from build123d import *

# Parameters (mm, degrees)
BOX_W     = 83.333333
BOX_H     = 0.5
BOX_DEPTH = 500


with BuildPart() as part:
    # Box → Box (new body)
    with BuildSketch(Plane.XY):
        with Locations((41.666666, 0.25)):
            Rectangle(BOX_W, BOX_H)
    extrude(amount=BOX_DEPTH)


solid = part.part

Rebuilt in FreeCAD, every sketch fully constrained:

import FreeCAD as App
import Part
import Sketcher


def add_polygon(sketch, points):
    """Adds a closed chain of lines whose ends are joined by coincident constraints."""
    first, n = sketch.GeometryCount, len(points)
    for a, b in zip(points, points[1:] + points[:1]):
        sketch.addGeometry(Part.LineSegment(App.Vector(*a, 0), App.Vector(*b, 0)), False)
    for i in range(n):
        sketch.addConstraint(Sketcher.Constraint("Coincident", first + i, 2, first + (i + 1) % n, 1))

doc = App.newDocument("Part")
params = doc.addObject("Spreadsheet::Sheet", "Params")
for row, (alias, value) in enumerate([
    ("sketch1_height", "0.5 mm"),
    ("pad1_length", "500 mm"),
], start=1):
    params.set(f"A{row}", alias)
    params.set(f"B{row}", "=" + value)
    params.setAlias(f"B{row}", alias)

body = doc.addObject("PartDesign::Body", "Body")

# Sketch on XY plane
sketch1 = body.newObject("Sketcher::SketchObject", "Sketch")
sketch1.AttachmentSupport = (doc.getObject("XY_Plane"), [""])
sketch1.MapMode = "FlatFace"
add_polygon(sketch1, [(0, 0.5), (0, 0), (83.3, 0), (83.3, 0.5)])  # lines 0-3
sketch1.addConstraint(Sketcher.Constraint("Vertical", 0))
sketch1.addConstraint(Sketcher.Constraint("Horizontal", 1))
sketch1.addConstraint(Sketcher.Constraint("Vertical", 2))
sketch1.addConstraint(Sketcher.Constraint("Horizontal", 3))
sketch1.addConstraint(Sketcher.Constraint("Coincident", 0, 2, -1, 1))
sketch1.addConstraint(Sketcher.Constraint("DistanceY", 0, 2, 0, 1, 0.5))
sketch1.addConstraint(Sketcher.Constraint("DistanceX", 1, 1, 1, 2, 83.333333))
sketch1.setExpression("Constraints[9]", "Params.sketch1_height")
pad1 = body.newObject("PartDesign::Pad", "Pad")
pad1.Profile = sketch1
pad1.setExpression("Length", "Params.pad1_length")

doc.recompute()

• • • • • • •

▶ _What you have to do_:
From the entries above, restate word for word the lines from the line containing "solid = part.part" to the line containing "Rebuilt in FreeCAD, every", both ends included, and nothing more.

▶ _Finished task_:
solid = part.part

Rebuilt in FreeCAD, every sketch fully constrained:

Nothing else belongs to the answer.